The shark “parade” is organized into the following categories:


The gaping jaws of a scientifically accurate model of megalodon—the biggest predatory fish of all time—greets visitors at the start of the exhibition. The 27-foot long model depicts the front portion of this ancient ocean giant, which grew as big as 50 feet, showcasing its gargantuan teeth. Before it became extinct over 3.6 million years ago, this shark overlapped with early human relatives like Australopithecus, the hominid best known from the fossil skeleton nicknamed “Lucy.” Also featured in this section are fossils from the Museum’s collections, including those from Helicoprion, an extinct species known for its unusual tooth whorl, 50-million-year-old Heliobatus, which closely resembles modern freshwater rays, and other shark relatives like Cladoselach, which had a recognizably shark-like body but lived more than 350 million years ago.


The human fear of sharks reflected in movies and popular culture does not represent their actual danger. A handful of species that hunt large marine mammals occasionally attack humans, with most of the 10 or so annual deaths from shark bites caused by just three species: the tiger, bull, and great white sharks. In fact, you’re more likely to be struck by lightning than bitten by a shark. Most species of sharks feed on smaller sea animals, such as fish, shrimp, crabs, clams, and tiny plankton—and their feeding styles are as diverse as their prey.

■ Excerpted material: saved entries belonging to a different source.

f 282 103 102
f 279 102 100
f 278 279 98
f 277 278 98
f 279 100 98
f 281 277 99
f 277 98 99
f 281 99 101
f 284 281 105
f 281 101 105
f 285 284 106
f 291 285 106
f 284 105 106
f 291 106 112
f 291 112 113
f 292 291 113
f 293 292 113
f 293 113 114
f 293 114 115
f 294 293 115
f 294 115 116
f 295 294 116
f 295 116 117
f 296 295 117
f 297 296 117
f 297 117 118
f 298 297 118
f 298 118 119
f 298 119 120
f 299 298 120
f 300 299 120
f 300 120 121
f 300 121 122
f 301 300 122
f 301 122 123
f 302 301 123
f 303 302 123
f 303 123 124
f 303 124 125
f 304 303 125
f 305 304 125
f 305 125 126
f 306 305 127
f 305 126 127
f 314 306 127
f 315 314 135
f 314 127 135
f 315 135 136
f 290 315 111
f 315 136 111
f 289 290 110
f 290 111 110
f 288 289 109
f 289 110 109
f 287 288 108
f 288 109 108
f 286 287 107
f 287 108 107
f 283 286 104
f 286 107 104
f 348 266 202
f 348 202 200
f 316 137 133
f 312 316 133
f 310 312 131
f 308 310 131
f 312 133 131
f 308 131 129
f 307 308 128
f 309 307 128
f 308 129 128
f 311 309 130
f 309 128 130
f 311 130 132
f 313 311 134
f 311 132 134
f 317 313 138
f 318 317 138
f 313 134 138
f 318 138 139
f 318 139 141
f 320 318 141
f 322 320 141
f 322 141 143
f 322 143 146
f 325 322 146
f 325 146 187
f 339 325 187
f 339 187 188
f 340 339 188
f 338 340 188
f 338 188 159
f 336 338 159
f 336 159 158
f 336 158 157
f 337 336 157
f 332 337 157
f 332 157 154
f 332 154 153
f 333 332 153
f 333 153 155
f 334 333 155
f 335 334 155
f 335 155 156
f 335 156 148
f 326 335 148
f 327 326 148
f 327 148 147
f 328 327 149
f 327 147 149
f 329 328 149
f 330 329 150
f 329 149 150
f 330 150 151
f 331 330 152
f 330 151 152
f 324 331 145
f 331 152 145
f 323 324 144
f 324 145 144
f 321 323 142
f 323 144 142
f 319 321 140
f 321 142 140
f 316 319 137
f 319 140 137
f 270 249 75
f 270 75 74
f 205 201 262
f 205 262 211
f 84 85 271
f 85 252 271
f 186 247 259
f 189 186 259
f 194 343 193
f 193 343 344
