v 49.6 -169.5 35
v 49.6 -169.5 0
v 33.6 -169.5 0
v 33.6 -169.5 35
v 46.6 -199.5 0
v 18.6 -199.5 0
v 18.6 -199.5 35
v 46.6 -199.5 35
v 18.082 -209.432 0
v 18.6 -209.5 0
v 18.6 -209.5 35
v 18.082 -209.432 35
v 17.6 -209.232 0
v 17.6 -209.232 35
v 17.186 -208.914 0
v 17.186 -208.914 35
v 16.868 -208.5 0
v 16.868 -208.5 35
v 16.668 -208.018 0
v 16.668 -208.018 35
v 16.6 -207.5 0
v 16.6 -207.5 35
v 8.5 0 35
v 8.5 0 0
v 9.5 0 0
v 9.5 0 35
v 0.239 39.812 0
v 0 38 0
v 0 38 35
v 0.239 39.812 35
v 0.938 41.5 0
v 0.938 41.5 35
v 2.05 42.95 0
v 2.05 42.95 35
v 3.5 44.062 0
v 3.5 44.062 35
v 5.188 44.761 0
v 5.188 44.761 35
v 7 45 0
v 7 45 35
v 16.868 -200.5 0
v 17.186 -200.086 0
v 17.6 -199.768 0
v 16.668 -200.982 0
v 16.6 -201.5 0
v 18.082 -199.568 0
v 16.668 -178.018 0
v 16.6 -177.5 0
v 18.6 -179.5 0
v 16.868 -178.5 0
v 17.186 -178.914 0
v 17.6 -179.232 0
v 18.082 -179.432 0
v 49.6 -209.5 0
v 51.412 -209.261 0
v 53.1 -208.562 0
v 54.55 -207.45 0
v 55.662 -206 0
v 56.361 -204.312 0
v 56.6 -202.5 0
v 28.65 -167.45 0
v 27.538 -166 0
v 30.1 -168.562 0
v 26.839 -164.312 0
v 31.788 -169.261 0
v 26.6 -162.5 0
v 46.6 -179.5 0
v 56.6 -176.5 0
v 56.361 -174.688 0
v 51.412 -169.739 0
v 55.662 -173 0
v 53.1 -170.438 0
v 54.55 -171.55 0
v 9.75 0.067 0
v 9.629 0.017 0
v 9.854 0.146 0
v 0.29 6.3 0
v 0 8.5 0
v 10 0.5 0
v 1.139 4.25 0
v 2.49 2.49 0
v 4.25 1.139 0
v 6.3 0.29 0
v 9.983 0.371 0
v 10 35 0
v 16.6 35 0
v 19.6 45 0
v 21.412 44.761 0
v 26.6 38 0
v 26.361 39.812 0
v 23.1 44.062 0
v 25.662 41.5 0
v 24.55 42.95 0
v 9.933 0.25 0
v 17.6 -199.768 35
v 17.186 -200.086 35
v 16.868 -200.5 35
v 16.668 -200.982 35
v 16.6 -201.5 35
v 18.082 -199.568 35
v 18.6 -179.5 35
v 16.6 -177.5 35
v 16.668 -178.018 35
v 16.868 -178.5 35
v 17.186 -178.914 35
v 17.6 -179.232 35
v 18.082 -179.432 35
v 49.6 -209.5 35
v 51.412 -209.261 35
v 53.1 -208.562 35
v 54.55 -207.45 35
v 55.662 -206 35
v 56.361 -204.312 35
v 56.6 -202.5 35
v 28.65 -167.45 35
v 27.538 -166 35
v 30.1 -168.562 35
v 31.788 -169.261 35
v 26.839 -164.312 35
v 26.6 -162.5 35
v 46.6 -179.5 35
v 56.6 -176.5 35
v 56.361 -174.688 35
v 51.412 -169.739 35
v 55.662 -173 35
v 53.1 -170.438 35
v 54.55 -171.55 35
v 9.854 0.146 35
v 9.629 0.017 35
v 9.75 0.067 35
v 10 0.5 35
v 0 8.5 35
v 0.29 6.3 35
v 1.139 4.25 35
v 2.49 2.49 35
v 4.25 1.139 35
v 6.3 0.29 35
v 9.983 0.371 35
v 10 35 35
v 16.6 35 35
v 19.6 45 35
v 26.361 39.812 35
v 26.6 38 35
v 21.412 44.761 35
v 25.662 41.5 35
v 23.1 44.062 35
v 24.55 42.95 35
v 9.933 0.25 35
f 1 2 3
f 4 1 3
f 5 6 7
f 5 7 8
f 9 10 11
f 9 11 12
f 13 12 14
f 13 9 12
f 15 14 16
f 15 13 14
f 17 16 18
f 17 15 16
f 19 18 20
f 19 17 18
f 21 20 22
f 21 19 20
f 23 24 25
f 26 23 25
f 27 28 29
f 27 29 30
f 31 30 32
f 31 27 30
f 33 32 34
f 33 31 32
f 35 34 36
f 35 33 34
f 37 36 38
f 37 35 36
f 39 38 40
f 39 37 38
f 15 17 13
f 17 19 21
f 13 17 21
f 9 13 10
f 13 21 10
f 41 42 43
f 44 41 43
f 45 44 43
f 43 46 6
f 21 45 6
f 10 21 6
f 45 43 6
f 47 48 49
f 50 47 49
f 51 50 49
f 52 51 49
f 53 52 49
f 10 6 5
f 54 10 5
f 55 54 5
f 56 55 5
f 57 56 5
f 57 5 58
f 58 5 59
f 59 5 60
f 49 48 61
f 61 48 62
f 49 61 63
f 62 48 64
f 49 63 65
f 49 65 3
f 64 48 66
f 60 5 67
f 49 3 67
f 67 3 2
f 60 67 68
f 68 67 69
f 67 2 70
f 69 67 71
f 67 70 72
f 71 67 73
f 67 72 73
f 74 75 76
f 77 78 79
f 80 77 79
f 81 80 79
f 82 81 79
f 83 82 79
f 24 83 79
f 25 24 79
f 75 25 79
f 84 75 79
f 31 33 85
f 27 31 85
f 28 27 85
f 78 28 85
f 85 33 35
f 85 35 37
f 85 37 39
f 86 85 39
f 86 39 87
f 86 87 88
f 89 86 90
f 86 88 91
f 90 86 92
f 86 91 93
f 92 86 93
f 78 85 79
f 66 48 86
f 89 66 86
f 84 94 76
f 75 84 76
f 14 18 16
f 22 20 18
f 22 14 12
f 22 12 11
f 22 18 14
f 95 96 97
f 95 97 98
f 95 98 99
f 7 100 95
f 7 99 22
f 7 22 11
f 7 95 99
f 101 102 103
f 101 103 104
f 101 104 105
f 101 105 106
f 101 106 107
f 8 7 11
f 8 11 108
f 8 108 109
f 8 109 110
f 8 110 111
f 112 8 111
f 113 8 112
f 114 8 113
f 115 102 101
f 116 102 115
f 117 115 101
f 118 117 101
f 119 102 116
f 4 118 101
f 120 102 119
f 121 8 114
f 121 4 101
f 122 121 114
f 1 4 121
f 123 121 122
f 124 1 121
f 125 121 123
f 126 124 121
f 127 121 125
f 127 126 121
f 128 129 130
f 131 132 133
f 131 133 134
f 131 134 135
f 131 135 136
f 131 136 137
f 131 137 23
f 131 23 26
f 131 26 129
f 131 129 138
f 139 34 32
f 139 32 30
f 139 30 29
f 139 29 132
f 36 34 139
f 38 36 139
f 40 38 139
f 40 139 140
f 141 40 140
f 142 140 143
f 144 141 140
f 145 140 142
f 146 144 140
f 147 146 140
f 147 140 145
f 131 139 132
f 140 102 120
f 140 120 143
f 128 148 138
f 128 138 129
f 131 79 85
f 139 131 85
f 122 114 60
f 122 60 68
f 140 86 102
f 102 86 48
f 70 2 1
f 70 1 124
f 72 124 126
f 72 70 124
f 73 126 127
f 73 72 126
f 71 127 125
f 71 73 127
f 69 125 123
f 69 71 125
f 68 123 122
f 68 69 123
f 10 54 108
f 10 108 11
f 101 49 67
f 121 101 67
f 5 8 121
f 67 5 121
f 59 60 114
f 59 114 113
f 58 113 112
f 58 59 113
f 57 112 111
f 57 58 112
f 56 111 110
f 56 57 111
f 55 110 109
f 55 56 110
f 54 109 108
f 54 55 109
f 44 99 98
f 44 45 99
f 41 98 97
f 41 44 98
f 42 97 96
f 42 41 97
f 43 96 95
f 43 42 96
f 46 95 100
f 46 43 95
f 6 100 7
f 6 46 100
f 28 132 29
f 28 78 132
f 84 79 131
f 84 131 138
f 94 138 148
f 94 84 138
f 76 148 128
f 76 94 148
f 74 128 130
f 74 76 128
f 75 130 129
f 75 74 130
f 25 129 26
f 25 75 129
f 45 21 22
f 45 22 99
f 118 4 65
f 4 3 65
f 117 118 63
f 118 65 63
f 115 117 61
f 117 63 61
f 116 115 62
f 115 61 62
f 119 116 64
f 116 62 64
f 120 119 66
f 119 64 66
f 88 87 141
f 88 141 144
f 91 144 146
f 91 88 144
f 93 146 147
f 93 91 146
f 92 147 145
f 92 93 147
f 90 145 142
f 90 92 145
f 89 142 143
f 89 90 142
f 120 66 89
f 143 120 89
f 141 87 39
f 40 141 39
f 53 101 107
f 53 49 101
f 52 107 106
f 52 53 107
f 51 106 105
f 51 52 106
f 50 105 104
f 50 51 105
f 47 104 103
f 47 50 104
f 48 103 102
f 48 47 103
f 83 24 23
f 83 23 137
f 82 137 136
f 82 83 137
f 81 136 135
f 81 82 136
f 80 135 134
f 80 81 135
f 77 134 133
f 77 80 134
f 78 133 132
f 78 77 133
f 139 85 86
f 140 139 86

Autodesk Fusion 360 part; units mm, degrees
sketch "Sketch1" plane through (0, 0, 0) normal (0, 0, 1) x (1, 0, 0)
  line L0 (0, 8.5) -> (0, 38)
  line L1 (8.5, 0) -> (9.5, 0)
  line L2 (10, 0.5) -> (10, 35)
  line L3 (10, 35) -> (16.6, 35)
  line L4 (16.6, 35) -> (16.6, -177.5)
  line L5 (18.6, -179.5) -> (26.6, -179.5)
  line L6 (26.6, -162.5) -> (26.6, 38)
  line L7 (19.6, 45) -> (7, 45)
  line L8 (26.6, -179.5) -> (56.6, -179.5)
  line L9 (56.6, -179.5) -> (56.6, -176.5)
  line L10 (49.6, -169.5) -> (33.6, -169.5)
  line L11 (56.6, -179.5) -> (56.6, -202.5)
  line L12 (49.6, -209.5) -> (46.6, -209.5)
  line L13 (46.6, -209.5) -> (46.6, -179.5)
  line L14 (46.6, -209.5) -> (18.6, -209.5)
  line L15 (16.6, -207.5) -> (16.6, -201.5)
  line L16 (18.6, -199.5) -> (46.6, -199.5)
  arc A0 (0, 8.5) -> (8.5, 0) centre (8.5, 8.5) ccw
  arc A1 (9.5, 0) -> (10, 0.5) centre (9.5, 0.5) ccw
  arc A2 (7, 45) -> (0, 38) centre (7, 38) ccw
  arc A3 (26.6, 38) -> (19.6, 45) centre (19.6, 38) ccw
  arc A4 (16.6, -177.5) -> (18.6, -179.5) centre (18.6, -177.5) ccw
  arc A5 (18.6, -199.5) -> (16.6, -201.5) centre (18.6, -201.5) ccw
  arc A6 (16.6, -207.5) -> (18.6, -209.5) centre (18.6, -207.5) ccw
  arc A7 (56.6, -176.5) -> (49.6, -169.5) centre (49.6, -176.5) ccw
  arc A8 (49.6, -209.5) -> (56.6, -202.5) centre (49.6, -202.5) ccw
  arc A9 (26.6, -162.5) -> (33.6, -169.5) centre (33.6, -162.5) ccw
  point P0 (0, 45)
  point P1 (10, 0)
  point P2 (16.6, -179.5)
  point P3 (56.6, -169.5)
  point P4 (56.6, -209.5)
  point P5 (16.6, -209.5)
  point P6 (16.6, -199.5)
  dimension "d1" = 45
  dimension "d2" = 10
  dimension "d3" = 35
  dimension "d4" = 6.6
  dimension "d5" = 10
  dimension "d6" = 214.5
  dimension "d7" = 30
  dimension "d8" = 10
  dimension "d9" = 30
  dimension "d10" = 10
  dimension "d11" = 30
  dimension "d12" = 10
  dimension "d13" = 8.5
  dimension "d14" = 0.5
  dimension "d15" = 7
  dimension "d16" = 7
  dimension "d17" = 2
  dimension "d18" = 2
  dimension "d19" = 2
  dimension "d20" = 7
  dimension "d21" = 7
  dimension "d22" = 7
extrude "Extrude1" add sketch "Sketch1" along normal blind 35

Realistic models of species featured in this section include those depicting the pelagic thresher shark, which sports a tail nearly as long as the rest of its body; the shortfin mako, the world’s fastest shark; and the Atlantic devil ray, great white shark, and others. Illustrations, videos, and skull casts explore the varying methods of shark hunting behaviors and adaptations, preferred prey, and the range of shark jaw and tooth anatomy, including how sharks constantly shed and replace worn and broken teeth. A touchless interactive exhibit also lets visitors compare the range of defense mechanisms of sharks and rays with those of other animals, including frogs and honeybees.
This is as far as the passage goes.